German Catholic Church apologises for child sex abuse

Published September 26, 2018
FULDA (Germany): Cardinal Reinhard Marx (left), Archbishop of Munich, and Stephan Ackermann (right), commissioner for sexual abuse issues in the ecclesiastical sphere, present the results of the study on ‘Sexual Abuse of Minors by Catholic Priests, Deacons and Male Religious’ at a press conference on Tuesday.—AFP
FULDA (Germany): Cardinal Reinhard Marx (left), Archbishop of Munich, and Stephan Ackermann (right), commissioner for sexual abuse issues in the ecclesiastical sphere, present the results of the study on ‘Sexual Abuse of Minors by Catholic Priests, Deacons and Male Religious’ at a press conference on Tuesday.—AFP

FULDA: Germany’s Ca­­th­olic Church on Tuesday apologised to thousands of victims of sexual assault by clergy, with the institution’s top cardinal saying perpetrators must be brought to justice.

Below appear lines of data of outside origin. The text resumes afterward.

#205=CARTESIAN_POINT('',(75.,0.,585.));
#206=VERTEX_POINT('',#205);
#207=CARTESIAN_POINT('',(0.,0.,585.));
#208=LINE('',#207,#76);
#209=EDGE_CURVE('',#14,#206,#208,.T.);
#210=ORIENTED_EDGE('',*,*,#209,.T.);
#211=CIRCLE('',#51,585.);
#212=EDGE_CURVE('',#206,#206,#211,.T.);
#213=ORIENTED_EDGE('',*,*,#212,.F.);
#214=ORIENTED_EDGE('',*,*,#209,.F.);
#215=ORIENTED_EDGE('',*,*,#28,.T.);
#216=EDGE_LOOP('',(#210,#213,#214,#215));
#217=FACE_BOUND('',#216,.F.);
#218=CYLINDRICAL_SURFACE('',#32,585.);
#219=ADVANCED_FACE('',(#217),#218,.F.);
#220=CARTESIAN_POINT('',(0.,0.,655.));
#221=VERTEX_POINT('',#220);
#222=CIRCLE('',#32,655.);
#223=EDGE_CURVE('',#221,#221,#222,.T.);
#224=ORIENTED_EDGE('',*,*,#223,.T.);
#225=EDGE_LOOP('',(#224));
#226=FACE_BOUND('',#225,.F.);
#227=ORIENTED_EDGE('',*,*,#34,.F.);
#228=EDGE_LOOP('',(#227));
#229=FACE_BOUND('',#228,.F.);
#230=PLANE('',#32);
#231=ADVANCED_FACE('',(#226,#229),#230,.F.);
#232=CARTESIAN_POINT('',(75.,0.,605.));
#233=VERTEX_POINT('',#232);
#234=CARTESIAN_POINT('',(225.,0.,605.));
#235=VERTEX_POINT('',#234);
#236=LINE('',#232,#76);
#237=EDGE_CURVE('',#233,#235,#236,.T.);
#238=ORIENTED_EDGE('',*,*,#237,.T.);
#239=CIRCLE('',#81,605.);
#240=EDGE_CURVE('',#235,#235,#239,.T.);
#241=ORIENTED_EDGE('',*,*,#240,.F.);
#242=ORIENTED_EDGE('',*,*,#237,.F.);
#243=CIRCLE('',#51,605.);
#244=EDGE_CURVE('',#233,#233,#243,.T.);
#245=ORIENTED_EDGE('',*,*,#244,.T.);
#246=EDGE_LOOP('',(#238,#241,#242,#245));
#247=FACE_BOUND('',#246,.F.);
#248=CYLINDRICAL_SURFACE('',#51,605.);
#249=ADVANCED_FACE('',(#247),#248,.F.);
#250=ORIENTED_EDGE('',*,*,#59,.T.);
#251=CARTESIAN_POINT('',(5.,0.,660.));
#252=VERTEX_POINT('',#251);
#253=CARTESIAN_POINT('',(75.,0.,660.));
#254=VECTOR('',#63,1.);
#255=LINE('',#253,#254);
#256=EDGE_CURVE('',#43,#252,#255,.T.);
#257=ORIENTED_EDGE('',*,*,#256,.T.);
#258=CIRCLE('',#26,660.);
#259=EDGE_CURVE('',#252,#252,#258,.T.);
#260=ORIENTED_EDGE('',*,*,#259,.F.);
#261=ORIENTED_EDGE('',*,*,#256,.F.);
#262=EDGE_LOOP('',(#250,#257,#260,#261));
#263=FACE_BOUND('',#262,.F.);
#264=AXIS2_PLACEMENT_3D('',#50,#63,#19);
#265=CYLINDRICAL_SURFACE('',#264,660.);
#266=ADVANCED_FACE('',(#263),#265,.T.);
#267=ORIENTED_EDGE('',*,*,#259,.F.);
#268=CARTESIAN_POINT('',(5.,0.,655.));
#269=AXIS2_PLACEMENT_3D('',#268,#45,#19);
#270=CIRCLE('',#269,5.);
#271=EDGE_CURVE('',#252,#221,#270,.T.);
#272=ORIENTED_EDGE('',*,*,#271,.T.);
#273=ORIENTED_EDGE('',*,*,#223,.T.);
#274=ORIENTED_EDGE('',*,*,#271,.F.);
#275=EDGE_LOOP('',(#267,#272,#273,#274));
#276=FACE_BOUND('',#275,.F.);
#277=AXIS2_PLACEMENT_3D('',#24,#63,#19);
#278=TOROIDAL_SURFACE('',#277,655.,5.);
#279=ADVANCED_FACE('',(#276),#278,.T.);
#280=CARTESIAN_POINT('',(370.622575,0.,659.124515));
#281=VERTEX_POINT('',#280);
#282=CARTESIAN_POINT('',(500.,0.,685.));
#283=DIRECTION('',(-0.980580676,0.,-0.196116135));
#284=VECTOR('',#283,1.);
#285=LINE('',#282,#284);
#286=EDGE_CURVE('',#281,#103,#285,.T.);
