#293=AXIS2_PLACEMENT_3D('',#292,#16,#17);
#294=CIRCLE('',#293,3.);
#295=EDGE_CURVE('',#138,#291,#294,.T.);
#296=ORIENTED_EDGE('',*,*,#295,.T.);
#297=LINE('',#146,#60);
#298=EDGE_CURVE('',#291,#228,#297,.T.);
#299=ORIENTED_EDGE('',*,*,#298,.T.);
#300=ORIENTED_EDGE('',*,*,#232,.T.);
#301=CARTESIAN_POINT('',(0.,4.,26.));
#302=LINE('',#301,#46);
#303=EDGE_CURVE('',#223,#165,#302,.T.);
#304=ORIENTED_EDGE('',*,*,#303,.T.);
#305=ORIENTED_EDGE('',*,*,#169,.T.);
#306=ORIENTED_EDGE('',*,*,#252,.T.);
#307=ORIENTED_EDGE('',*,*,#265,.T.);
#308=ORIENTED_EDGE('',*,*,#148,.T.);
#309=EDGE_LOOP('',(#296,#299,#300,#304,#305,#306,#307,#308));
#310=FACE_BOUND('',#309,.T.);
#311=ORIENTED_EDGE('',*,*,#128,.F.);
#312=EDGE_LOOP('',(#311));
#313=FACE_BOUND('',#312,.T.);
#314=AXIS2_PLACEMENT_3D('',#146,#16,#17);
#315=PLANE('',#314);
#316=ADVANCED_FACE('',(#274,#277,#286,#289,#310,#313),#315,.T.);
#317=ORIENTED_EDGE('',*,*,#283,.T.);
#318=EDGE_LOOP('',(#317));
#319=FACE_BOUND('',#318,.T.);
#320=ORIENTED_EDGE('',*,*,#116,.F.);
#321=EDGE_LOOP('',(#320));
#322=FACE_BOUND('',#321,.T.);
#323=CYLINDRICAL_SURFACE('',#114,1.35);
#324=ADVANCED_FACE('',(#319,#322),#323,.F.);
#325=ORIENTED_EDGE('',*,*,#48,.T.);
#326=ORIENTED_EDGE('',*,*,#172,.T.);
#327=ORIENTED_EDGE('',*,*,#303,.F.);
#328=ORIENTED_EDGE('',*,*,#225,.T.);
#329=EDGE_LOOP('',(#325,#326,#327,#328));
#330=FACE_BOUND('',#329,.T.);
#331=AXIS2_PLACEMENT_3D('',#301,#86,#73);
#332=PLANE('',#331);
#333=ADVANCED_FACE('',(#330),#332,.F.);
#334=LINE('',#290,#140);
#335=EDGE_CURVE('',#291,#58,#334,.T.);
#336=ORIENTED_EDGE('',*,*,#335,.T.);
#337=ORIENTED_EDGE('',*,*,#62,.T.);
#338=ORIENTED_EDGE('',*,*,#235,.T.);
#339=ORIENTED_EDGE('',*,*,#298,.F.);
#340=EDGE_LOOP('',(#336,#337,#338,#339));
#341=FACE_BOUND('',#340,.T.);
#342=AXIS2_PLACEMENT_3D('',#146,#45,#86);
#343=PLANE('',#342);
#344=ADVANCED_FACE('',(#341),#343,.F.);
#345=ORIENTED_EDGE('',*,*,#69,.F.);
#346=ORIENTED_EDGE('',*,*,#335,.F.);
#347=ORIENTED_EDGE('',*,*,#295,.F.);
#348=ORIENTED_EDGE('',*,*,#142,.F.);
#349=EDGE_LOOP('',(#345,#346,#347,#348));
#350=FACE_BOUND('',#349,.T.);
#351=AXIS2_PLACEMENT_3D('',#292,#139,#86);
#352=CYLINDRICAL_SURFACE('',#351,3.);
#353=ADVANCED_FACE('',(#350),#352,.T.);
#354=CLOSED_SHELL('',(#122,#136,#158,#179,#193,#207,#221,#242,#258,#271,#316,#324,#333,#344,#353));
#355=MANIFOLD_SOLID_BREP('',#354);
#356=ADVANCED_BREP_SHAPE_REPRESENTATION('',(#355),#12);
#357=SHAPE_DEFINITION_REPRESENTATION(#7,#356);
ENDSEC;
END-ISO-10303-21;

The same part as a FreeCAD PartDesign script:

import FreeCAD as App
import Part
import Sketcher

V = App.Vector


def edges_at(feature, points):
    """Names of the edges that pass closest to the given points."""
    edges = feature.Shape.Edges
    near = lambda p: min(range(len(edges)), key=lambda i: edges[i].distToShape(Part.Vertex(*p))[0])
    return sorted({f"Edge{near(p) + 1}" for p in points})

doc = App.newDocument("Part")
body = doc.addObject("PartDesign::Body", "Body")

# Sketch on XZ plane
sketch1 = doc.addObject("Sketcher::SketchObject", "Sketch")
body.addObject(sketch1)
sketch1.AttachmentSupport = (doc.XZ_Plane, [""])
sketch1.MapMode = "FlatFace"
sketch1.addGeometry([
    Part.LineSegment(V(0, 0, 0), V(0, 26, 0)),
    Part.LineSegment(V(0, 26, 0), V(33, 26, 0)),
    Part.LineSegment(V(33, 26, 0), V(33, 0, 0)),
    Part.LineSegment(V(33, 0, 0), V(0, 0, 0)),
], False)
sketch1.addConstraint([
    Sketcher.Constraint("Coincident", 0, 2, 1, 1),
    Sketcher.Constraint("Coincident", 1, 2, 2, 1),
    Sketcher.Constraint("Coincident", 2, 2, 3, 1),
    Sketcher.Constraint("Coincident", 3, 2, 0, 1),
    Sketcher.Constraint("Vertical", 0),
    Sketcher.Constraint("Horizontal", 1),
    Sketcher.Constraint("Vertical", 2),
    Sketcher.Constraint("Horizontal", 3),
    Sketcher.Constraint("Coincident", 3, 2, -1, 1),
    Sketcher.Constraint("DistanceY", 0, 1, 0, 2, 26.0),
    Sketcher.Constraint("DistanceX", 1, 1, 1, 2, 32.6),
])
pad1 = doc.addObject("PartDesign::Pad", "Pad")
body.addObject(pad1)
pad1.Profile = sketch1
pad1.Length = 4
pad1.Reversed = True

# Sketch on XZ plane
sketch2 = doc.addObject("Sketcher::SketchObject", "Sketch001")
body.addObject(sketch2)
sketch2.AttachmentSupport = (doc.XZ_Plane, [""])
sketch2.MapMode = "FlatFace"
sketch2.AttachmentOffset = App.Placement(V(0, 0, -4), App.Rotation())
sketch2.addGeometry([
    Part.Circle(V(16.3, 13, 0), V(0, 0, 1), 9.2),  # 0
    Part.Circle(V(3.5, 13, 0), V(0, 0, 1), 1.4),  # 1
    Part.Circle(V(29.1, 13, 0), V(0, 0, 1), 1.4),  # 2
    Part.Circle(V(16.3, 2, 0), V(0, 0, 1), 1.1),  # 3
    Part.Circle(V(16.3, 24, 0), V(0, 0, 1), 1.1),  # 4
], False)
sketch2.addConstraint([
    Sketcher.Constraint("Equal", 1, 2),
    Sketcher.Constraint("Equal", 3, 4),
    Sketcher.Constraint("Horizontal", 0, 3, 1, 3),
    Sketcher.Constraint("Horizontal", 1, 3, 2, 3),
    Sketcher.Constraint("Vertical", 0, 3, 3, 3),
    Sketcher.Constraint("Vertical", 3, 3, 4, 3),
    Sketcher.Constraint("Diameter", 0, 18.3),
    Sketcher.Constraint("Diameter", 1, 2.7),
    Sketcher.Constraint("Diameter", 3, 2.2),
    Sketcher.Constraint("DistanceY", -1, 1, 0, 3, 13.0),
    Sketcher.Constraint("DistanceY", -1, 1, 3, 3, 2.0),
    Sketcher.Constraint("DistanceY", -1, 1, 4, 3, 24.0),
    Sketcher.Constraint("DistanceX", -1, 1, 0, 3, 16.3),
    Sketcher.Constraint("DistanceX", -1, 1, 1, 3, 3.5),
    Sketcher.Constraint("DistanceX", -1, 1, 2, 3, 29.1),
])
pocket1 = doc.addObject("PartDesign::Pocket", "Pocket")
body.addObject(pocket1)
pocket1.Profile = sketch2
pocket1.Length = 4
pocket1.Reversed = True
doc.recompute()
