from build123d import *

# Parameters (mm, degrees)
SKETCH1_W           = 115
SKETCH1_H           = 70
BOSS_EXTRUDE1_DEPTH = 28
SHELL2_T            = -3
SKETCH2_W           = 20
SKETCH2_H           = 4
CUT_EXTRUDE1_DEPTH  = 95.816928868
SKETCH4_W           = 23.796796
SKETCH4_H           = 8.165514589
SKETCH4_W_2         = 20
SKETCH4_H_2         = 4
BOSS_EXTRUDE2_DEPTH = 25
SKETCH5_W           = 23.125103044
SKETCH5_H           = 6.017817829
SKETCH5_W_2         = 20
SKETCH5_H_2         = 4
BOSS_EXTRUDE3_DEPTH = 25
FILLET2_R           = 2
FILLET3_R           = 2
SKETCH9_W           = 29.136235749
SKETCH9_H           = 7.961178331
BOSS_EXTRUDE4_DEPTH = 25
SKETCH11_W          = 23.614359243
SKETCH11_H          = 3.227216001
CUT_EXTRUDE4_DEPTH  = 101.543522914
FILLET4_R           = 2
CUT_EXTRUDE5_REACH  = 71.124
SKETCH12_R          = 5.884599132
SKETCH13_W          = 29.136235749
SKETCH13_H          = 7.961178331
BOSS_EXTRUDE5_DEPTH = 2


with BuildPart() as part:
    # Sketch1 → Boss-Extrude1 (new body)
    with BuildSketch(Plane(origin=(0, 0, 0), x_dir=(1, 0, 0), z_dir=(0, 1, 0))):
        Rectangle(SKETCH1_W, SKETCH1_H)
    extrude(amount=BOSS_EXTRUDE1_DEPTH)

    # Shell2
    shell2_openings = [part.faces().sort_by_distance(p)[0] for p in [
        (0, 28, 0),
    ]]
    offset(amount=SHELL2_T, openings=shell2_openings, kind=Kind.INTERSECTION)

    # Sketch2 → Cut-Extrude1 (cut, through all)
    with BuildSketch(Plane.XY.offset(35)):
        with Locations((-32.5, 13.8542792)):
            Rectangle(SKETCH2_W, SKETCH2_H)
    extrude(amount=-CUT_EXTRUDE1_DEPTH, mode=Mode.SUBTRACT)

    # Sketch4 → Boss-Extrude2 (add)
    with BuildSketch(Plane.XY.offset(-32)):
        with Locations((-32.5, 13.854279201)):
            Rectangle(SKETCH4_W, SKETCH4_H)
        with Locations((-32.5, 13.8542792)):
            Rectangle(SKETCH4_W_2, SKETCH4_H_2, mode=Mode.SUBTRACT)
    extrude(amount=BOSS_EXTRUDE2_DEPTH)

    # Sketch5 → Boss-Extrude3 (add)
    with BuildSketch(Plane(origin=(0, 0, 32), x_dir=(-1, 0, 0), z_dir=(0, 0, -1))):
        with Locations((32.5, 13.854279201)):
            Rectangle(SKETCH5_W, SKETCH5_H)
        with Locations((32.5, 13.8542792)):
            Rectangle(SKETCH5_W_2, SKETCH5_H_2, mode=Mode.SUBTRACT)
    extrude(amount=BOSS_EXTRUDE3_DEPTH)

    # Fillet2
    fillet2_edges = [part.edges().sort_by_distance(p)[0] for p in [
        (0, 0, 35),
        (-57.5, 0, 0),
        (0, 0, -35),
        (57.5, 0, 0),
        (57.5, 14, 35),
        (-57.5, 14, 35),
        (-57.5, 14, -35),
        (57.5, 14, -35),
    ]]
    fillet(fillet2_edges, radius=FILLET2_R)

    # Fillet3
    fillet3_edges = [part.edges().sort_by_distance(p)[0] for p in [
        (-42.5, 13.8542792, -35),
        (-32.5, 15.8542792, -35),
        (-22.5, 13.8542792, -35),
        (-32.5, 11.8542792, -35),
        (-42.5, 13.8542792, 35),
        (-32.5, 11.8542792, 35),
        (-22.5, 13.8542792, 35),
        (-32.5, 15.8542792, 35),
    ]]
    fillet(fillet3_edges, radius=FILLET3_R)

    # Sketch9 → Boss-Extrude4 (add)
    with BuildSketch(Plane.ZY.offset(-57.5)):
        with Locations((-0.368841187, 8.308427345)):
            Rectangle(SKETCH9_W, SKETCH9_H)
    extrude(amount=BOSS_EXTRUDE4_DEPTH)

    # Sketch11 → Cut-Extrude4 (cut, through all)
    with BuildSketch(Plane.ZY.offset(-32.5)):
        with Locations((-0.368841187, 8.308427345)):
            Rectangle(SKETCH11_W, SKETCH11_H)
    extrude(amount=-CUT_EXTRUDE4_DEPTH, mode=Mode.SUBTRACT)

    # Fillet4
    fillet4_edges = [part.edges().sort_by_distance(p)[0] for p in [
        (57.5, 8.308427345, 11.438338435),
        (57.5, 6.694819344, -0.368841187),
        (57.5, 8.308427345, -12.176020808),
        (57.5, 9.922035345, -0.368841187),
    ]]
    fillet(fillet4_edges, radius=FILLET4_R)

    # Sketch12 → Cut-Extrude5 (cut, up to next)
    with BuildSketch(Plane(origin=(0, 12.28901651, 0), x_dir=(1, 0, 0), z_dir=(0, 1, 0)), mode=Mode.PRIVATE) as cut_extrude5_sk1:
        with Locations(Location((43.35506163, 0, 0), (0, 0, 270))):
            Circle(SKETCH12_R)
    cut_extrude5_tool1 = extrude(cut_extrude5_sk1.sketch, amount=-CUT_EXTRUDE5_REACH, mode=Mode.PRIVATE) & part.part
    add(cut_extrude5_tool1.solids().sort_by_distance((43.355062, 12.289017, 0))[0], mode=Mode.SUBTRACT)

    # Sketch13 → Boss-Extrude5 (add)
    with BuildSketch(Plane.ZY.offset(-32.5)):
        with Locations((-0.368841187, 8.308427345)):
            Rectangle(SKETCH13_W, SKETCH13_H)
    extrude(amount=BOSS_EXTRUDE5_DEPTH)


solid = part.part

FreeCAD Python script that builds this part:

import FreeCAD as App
import Part
import Sketcher
from FreeCAD import Vector
Q = App.Units.Quantity


def edges_at(feature, points):
    """Names of the edges that pass closest to the given points."""
    edges = feature.Shape.Edges
    near = lambda p: min(range(len(edges)), key=lambda i: edges[i].distToShape(Part.Vertex(*p))[0])
    return sorted({f"Edge{near(p) + 1}" for p in points})


def faces_at(feature, points):
    """Names of the faces that lie closest to the given points."""
    faces = feature.Shape.Faces
    near = lambda p: min(range(len(faces)), key=lambda i: faces[i].distToShape(Part.Vertex(*p))[0])
    return sorted({f"Face{near(p) + 1}" for p in points})


def add_polygon(sketch, points):
    """Adds a closed chain of lines whose ends are joined by coincident constraints."""
    first, n = sketch.GeometryCount, len(points)
    for a, b in zip(points, points[1:] + points[:1]):
        sketch.addGeometry(Part.LineSegment(App.Vector(*a, 0), App.Vector(*b, 0)), False)
    for i in range(n):
        sketch.addConstraint(Sketcher.Constraint("Coincident", first + i, 2, first + (i + 1) % n, 1))

doc = App.newDocument("Part")
body = doc.addObject("PartDesign::Body", "Body")

sketch1 = body.newObject("Sketcher::SketchObject", "Sketch")
sketch1.AttachmentSupport = (doc.getObject("XZ_Plane"), [""])
sketch1.MapMode = "FlatFace"
add_polygon(sketch1, [(-58, -35), (-58, 35), (58, 35), (58, -35)])
sketch1.addConstraint([
    Sketcher.Constraint("Vertical", 0),
    Sketcher.Constraint("Horizontal", 1),
    Sketcher.Constraint("Vertical", 2),
    Sketcher.Constraint("Horizontal", 3),
    Sketcher.Constraint("Symmetric", 0, 2, 2, 2, -1, 1),
    Sketcher.Constraint("DistanceX", 1, 1, 1, 2, Q("115 mm")),
    Sketcher.Constraint("DistanceY", 0, 1, 0, 2, Q("70 mm")),
])
pad1 = body.newObject("PartDesign::Pad", "Pad")
pad1.Profile = sketch1
pad1.Length = 28
pad1.Reversed = True
doc.recompute()

thickness = body.newObject("PartDesign::Thickness", "Thickness")
thickness.Base = (pad1, faces_at(pad1, [(0, 28, 0)]))
thickness.Value = 3
thickness.Reversed = True
thickness.Join = "Intersection"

Cardinal Reinhard Marx said he was ashamed over the decades of abuse that have shattered trust, the crimes carried out by Church officials, as well as how so many have looked away for so long.

The dismay expressed by the head of the German Bishops’ Conference came as the institution published a damning report showing that in Germany, almost 3,700 minors — mostly boys — were assaulted between 1946 and 2014.

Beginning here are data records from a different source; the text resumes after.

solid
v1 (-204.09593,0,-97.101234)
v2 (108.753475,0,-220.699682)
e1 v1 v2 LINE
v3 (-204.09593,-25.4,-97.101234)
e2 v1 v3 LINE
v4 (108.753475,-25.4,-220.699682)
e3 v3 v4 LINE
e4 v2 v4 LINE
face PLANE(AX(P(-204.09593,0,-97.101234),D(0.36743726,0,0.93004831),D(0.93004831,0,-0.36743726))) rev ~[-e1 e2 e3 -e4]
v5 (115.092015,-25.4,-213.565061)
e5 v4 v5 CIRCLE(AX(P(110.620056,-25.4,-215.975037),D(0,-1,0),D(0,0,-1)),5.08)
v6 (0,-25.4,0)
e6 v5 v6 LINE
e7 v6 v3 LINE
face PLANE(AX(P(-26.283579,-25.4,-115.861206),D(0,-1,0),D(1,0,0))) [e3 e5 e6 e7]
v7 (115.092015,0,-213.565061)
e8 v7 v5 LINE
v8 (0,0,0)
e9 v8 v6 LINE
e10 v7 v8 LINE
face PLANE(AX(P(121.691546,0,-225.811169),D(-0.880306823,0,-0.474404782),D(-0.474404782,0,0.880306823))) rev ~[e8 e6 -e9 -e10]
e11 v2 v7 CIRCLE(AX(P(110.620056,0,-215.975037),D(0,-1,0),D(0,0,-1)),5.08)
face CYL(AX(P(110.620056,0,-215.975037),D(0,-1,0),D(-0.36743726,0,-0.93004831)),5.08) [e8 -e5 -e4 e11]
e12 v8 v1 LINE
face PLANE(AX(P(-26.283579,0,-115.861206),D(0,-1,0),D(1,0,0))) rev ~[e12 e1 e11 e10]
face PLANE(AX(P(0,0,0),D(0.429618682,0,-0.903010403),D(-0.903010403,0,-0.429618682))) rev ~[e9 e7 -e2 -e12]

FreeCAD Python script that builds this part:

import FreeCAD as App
import Part
import Sketcher

V = App.Vector
Q = App.Units.Quantity


def edges_at(feature, points):
    """Names of the edges that pass closest to the given points."""
    edges = feature.Shape.Edges
    near = lambda p: min(range(len(edges)), key=lambda i: edges[i].distToShape(Part.Vertex(*p))[0])
    return sorted({f"Edge{near(p) + 1}" for p in points})


def add_polygon(sketch, points):
    """Adds a closed chain of lines whose ends are joined by coincident constraints."""
    first, n = sketch.GeometryCount, len(points)
    for a, b in zip(points, points[1:] + points[:1]):
        sketch.addGeometry(Part.LineSegment(App.Vector(*a, 0), App.Vector(*b, 0)), False)
    for i in range(n):
        sketch.addConstraint(Sketcher.Constraint("Coincident", first + i, 2, first + (i + 1) % n, 1))

doc = App.newDocument("Part")
params = doc.addObject("Spreadsheet::Sheet", "Params")
for row, (alias, value) in enumerate([
    ("pad1_length", "1 in"),
    ("fillet_radius", "0.2 in"),
], start=1):
    params.set(f"A{row}", alias)
    params.set(f"B{row}", "=" + value)
    params.setAlias(f"B{row}", alias)

body = doc.addObject("PartDesign::Body", "Body")

# Sketch on XZ plane
sketch1 = body.newObject("Sketcher::SketchObject", "Sketch")
sketch1.AttachmentSupport = (doc.getObject("XZ_Plane"), [""])
sketch1.MapMode = "FlatFace"
add_polygon(sketch1, [(0, 0), (-204, -97), (122, -226)])  # lines 0-2
sketch1.addConstraint(Sketcher.Constraint("Coincident", 2, 2, -1, 1))
sketch1.addConstraint(Sketcher.Constraint("DistanceX", 0, 2, -1, 1, Q("204.09593 mm")))
sketch1.addConstraint(Sketcher.Constraint("DistanceY", 1, 2, -1, 1, Q("225.811169 mm")))
sketch1.addConstraint(Sketcher.Constraint("Distance", 0, Q("226.017252 mm")))
sketch1.addConstraint(Sketcher.Constraint("Distance", 1, Q("350.290918 mm")))
pad1 = body.newObject("PartDesign::Pad", "Pad")
pad1.Profile = sketch1
pad1.setExpression("Length", "Params.pad1_length")
doc.recompute()

fillet = body.newObject("PartDesign::Fillet", "Fillet")
fillet.Base = (pad1, edges_at(pad1, [(121.692, -12.7, -225.811)]))
fillet.setExpression("Radius", "Params.fillet_radius")

doc.recompute()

The report’s authors said however that the figure was “the tip of the iceberg”.

“Sexual abuse is a persistent problem and not a historical problem” in the Catholic Church, said Harald Dressing, a professor at the Mannheim Institute of Psychology, who coordinated the research commissioned by the Bishops’ Conference.

“I have to say very clearly that sexual abuse is a crime.

“Those who are guilty must be punished,” said Cardinal Marx.

“For all the failures and for all the pain, as chairman of Germany’s Bishops Conference, I apologise. I also apologise personally. We are not done with confronting the incidents and consequences, it begins now,” he stressed at a press conference.

Report falls short

Victims have criticised the report for falling short of what is needed to flush out perpetrators.

They urged the Church to bring in independent experts for a thorough audit and called for victim compensation.

“The system of abuse, transfers [of offending priests] and cover-ups cannot be mapped out” by a study that had access only to available personnel documents, said the victims’ association Eckiger Tisch.

“There are no names given of the responsible bishops who have perfected the system of covering up sexual attacks over decades.”

Justice Minister Kata­ri­­na Barley also urged the Church to work with state prosecutors to bring every known case to justice.

Cardinal Marx acknowledged that a thorough reckoning of the problem was “absolutely necessary” but underlined that the process was colossal and would require time.

“We can’t just publish names. A complete rehabilitation also includes dialogue. Maybe a truth commission,” he said, promising action.

Predator priests

According to the study, 1,670 clergymen in Germ­any committed some form of sexual attack against 3,677 minors, mostly boys, between 1946 and 2014, intimidating their victims into keeping quiet.

More than half of the victims were 13 years old or younger, the study concluded, after examining 38,000 documents from the 27 German dioceses.

The survey’s researchers warned that the true scale of the abuse was far greater, as many documents had been “destroyed or manipulated”.

Predator priests were often transferred to another parish, which was not warned about their criminal history.

Only about one in three were subject to disciplinary hearings by the Church, and most got away with minimal punishment. Only 38 per cent were prosecuted by civil courts.

Systemic abuse

The research is the latest in a series of reports on sexual crimes and cover-ups worldwide spanning decades that has shaken the Catholic Church.

Pope Francis has himself been accused of ignoring abuse allegations against prominent US cardinal Theodore McCarrick for five years. The pontiff has so far refused to respond to the claims.

He has however announced a Vatican meeting of national Church leaders on the protection of minors, for February 2019.

Joerg Schuh of the Berlin-based Tauwetter centre for victims of sexual abuse told AFP TV that “the Catholic Church has a global problem” and called on the pope to make it “his number one topic”.

Major abuse cases in Germany have included a Berlin elite Jesuit school and the world-famous Catholic choir school the Regensburger Domspatzen where more than 500 boys suffered sexual or physical abuse.